Aber auch internationale Experten warnen. Die geplanten Änderungen „werden sich negativ auf die Gewaltenteilung auswirken, indem sie die Vollmachten der Exekutive stärken, jedoch das Parlament und die Judikative schwächen“, heiß es in es in einer gemeinsamen Erklärung der OSZE und der Wiener Kommission des Europarates.

Doch inwieweit sich die Kirgiesen am heutigen Sonntag für das Schicksal ihres Grundgesetzes interessieren und zur Abstimmung gehen (die Mindestbeteiligung liegt bei 50 Prozent), ist noch unklar. Die Menschen plagen andere Sorgen.
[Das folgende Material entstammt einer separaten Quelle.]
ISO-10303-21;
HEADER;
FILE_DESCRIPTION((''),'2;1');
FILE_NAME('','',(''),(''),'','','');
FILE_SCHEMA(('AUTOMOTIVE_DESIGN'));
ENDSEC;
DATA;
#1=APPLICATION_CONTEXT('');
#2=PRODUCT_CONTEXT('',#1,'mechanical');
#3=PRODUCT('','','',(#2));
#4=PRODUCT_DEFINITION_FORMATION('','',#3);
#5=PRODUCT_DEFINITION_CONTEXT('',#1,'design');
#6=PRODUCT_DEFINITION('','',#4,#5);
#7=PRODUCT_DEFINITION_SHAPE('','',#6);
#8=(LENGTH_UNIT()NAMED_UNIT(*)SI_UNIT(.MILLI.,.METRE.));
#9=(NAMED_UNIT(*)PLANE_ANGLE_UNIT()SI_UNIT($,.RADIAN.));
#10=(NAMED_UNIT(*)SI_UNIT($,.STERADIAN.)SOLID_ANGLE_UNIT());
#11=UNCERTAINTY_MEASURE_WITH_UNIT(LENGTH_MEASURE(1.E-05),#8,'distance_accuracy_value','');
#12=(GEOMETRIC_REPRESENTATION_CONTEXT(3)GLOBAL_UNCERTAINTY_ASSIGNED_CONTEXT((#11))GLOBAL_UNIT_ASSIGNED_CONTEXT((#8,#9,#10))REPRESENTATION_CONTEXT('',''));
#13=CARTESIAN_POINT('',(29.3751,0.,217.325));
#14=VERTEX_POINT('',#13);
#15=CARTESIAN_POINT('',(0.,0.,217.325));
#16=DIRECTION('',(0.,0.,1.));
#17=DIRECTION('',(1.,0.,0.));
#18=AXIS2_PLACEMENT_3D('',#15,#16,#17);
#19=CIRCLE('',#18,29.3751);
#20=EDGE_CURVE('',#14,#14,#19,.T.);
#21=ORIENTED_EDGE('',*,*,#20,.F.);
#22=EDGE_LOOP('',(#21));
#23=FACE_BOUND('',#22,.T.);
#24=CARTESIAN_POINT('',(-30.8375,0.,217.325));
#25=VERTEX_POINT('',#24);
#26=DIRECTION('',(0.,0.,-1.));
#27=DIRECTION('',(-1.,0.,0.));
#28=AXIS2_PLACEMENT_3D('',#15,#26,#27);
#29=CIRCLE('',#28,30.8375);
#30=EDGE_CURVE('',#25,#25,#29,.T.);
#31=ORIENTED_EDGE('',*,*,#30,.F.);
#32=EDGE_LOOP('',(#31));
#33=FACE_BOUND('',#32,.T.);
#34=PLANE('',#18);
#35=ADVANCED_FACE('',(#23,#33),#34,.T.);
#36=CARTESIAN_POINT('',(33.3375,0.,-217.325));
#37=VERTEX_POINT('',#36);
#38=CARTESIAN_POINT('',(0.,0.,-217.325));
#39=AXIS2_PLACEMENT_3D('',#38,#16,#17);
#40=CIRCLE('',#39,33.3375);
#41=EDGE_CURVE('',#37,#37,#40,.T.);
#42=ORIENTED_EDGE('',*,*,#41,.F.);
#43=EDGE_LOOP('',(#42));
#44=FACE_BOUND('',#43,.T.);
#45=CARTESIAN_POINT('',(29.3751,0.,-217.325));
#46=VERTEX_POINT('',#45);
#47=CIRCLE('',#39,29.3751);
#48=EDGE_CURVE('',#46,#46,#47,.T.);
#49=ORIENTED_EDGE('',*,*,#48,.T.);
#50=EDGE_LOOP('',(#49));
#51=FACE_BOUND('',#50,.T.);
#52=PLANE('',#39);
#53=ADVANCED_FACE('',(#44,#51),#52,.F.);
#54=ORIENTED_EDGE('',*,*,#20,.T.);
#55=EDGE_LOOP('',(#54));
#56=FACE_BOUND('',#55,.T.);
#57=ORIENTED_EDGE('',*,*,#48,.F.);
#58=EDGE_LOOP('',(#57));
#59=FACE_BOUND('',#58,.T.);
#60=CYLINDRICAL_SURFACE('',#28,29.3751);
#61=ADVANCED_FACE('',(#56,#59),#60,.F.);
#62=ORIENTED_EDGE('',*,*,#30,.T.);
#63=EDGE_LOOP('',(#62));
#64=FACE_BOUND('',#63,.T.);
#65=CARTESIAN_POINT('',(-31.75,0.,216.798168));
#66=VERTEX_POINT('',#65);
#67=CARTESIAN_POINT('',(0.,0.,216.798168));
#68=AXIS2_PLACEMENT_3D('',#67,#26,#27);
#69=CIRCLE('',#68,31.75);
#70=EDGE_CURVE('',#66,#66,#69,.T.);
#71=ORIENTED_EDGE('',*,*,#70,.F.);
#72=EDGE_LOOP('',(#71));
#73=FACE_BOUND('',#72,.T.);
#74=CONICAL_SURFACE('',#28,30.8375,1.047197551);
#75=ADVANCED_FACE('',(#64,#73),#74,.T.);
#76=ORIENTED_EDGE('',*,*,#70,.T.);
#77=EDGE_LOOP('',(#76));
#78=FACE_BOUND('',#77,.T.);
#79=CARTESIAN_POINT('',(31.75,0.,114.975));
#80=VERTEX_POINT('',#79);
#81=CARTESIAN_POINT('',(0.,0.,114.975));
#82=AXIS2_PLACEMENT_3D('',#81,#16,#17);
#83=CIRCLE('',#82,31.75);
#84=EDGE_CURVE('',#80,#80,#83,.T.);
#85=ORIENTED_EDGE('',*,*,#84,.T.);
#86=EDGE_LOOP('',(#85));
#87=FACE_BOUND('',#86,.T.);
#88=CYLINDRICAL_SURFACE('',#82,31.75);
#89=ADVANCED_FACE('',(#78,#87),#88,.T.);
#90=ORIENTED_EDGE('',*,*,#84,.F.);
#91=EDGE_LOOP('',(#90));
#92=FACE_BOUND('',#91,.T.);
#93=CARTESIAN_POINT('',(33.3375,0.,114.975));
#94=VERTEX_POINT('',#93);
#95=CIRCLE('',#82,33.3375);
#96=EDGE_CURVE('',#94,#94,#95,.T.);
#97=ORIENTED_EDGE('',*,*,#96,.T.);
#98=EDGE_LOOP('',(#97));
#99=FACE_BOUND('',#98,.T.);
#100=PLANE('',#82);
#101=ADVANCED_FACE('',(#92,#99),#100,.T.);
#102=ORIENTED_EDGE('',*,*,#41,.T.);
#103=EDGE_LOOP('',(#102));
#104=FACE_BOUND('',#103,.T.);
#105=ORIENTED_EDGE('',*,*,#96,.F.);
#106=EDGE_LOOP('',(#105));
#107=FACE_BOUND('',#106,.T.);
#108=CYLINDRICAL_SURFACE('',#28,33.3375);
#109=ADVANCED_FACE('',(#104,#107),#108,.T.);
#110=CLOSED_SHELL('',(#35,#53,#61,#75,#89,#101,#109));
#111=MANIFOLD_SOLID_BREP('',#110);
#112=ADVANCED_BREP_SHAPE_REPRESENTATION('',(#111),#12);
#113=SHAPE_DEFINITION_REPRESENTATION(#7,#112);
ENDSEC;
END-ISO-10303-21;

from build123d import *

# Parameters (mm, degrees)
SKETCH3_R           = 33.3375
SKETCH3_R_2         = 29.3751
BOSS_EXTRUDE1_DEPTH = 217.325
SKETCH4_R           = 33.3375
SKETCH4_R_2         = 31.75
CUT_EXTRUDE1_DEPTH  = 102.35


with BuildPart() as part:
    # Sketch3 → Boss-Extrude1 (new, symmetric)
    with BuildSketch(Plane.XY):
        Circle(SKETCH3_R)
        Circle(SKETCH3_R_2, mode=Mode.SUBTRACT)
    extrude(amount=BOSS_EXTRUDE1_DEPTH, both=True)

    # Sketch5 → Cut-Revolve1 (revolve, cut)
    with BuildSketch(Plane(origin=(0, 0, 0), x_dir=(0, 0, -1), z_dir=(1, 0, 0)), mode=Mode.PRIVATE) as cut_revolve1_sk:
        Polygon((-217.325, 30.8375), (-215.881624327, 33.3375), (-217.325, 33.3375), align=None)
    revolve(cut_revolve1_sk.sketch.rotate(Axis((0, 0, 0), (0, 0, 1)), 90), axis=Axis((0, 0, 0), (0, 0, 1)), mode=Mode.SUBTRACT)

    # Sketch4 → Cut-Extrude1 (cut)
    with BuildSketch(Plane.XY.offset(217.325)):
        Circle(SKETCH4_R)
        Circle(SKETCH4_R_2, mode=Mode.SUBTRACT)
    extrude(amount=-CUT_EXTRUDE1_DEPTH, mode=Mode.SUBTRACT)


solid = part.part
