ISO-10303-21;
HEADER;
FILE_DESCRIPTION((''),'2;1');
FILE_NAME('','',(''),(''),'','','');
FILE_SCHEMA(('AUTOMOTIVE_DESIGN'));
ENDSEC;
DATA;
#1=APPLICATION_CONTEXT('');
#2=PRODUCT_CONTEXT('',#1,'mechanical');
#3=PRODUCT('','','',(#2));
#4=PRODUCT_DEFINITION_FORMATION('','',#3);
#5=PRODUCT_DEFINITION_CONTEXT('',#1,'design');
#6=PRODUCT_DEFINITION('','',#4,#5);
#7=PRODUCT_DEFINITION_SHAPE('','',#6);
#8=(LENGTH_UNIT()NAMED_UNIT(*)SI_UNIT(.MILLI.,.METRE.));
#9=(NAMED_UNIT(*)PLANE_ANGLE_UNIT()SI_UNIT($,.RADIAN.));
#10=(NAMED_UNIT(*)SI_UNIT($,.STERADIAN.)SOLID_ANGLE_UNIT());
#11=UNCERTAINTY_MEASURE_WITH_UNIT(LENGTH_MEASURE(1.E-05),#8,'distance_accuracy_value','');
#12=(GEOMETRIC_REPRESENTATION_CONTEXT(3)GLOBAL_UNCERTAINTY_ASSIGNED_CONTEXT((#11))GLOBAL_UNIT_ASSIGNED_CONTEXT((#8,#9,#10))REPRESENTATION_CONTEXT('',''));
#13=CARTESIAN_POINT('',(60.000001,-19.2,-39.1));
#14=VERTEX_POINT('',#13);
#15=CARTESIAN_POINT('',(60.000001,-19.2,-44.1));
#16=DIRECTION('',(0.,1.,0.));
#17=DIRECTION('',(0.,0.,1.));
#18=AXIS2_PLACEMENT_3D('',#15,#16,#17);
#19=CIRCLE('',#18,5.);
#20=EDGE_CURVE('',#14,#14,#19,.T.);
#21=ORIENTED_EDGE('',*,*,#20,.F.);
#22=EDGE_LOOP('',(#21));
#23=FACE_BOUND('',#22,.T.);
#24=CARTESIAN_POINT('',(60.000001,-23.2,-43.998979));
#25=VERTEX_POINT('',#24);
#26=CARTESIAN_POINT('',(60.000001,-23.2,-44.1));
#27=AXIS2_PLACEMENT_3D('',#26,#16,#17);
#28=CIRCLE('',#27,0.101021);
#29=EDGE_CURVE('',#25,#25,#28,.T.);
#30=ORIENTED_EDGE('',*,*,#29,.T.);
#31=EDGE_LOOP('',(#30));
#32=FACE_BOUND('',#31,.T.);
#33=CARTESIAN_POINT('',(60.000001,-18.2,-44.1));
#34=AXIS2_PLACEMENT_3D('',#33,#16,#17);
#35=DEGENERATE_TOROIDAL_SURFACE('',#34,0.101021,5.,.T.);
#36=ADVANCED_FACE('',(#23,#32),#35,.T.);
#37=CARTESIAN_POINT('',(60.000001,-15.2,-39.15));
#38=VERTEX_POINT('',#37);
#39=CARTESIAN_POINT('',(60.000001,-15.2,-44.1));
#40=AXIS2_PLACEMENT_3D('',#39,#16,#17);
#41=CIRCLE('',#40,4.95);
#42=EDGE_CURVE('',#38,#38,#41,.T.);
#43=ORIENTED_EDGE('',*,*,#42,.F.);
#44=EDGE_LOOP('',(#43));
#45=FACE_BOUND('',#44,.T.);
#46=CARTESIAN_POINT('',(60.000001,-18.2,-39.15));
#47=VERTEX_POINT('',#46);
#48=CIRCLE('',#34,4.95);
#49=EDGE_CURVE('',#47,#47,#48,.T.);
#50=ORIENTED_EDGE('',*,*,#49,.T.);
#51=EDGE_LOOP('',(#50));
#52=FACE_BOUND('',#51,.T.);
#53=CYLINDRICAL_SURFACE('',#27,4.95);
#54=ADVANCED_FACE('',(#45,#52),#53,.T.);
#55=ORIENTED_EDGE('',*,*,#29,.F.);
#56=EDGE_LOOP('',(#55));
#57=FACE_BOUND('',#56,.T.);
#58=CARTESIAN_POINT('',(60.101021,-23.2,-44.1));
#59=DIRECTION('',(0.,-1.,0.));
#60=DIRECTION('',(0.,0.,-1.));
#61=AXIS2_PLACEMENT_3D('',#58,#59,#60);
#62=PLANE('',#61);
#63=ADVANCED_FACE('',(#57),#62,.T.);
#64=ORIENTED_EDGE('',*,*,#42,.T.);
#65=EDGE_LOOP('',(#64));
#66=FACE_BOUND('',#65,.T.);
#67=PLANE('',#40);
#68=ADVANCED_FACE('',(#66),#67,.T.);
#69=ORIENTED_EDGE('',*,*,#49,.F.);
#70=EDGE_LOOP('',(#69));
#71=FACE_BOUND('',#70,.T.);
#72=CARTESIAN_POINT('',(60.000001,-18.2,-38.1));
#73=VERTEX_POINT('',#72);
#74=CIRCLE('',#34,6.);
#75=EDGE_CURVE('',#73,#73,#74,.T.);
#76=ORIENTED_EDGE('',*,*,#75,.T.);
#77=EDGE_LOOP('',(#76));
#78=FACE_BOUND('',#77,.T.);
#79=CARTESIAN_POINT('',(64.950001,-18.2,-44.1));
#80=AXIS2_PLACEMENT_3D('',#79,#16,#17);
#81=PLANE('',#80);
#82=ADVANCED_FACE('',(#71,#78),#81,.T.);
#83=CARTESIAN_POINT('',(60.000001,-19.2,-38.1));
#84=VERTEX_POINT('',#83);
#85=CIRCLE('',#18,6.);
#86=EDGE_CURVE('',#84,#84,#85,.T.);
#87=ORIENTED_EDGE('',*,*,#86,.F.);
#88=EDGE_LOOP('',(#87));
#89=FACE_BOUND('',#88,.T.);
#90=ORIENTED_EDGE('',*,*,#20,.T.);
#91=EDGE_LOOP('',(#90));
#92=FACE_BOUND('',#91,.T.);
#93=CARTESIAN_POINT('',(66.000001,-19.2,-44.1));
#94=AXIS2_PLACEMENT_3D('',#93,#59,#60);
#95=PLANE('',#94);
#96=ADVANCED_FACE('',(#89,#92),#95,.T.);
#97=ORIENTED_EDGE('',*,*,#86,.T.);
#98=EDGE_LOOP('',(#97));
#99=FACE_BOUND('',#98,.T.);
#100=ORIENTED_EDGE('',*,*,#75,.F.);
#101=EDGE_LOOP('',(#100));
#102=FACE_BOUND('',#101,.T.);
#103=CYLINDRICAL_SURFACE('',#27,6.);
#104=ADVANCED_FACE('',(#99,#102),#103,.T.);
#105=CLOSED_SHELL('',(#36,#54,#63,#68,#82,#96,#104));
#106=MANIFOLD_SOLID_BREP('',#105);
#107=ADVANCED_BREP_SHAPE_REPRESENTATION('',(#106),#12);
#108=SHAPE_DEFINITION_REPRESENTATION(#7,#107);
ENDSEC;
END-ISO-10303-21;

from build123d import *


with BuildPart() as part:
    # Sketch1 → Revolve1 (revolve)
    with BuildSketch(Plane(origin=(0, 0, -44.1), x_dir=(-1, 0, 0), z_dir=(0, 0, -1)), mode=Mode.PRIVATE) as revolve1_sk:
        with BuildLine():
            Line((-60.101021409, -23.2), (-60.000000894, -23.2))
            Line((-60.000000894, -23.2), (-60.000000894, -15.2))
            Line((-60.000000894, -15.2), (-64.950000894, -15.2))
            Line((-64.950000894, -15.2), (-64.950000894, -18.2))
            Line((-64.950000894, -18.2), (-66.000000894, -18.2))
            Line((-66.000000894, -18.2), (-66.000000894, -19.2))
            Line((-66.000000894, -19.2), (-65.000000894, -19.2))
            ThreePointArc((-65.000000894, -19.2), (-63.263299069, -22.072983346), (-60.101021409, -23.2))
        make_face()
    revolve(revolve1_sk.sketch.rotate(Axis((60.000000894, -23.2, -44.1), (0, 1, 0)), 270), axis=Axis((60.000000894, -23.2, -44.1), (0, 1, 0)))


solid = part.part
Obwohl das Land über Bodenschätze wie Gold, Kohle, Öl oder Kupfer verfügt, ist die wirtschaftliche Lage vieler Einwohner prekär. Ein Drittel von ihnen lebt unter der Armutsgrenze.

Einmal abgesehen davon, dass kirgisische Arbeitsmigranten (allein rund 500.000 In Russland) mit ihren regelmäßigen Überweisungen in ihre Heimat eine wichtige Devisenquelle sind: Auch die Mitgliedschaft Kirgistans in der Eurasischen Wirtschaftsunion, zu der neben Russland auch Weißrussland, Kasachstan und Armenien gehören, hat an der wirtschaftlichen Situation wenig geändert. Zudem ist ein erneutes Aufflammen ethnischer Gewalt zwischen Kirgiesen und Usbeken nicht ausgeschlossen.

Im vergangenen April reiste Kanzlerin Angela Merkel nach Kirgistan – als erste(r) deutsche(r) RegierungschefIn. „Wir haben eine große Hochachtung für den eigenständigen Weg, den Kirgistan seit 2010 geht“, sagte Merkel in der Hauptstadt Bischkek. Ihre Visite sei für das Land eine wichtige Anerkennung dafür, dass es sich als einzige Demokratie in einer Region behaupte, in der auch die Terrormiliz IS zu erstarken drohe. Fragt sich, wie lange noch.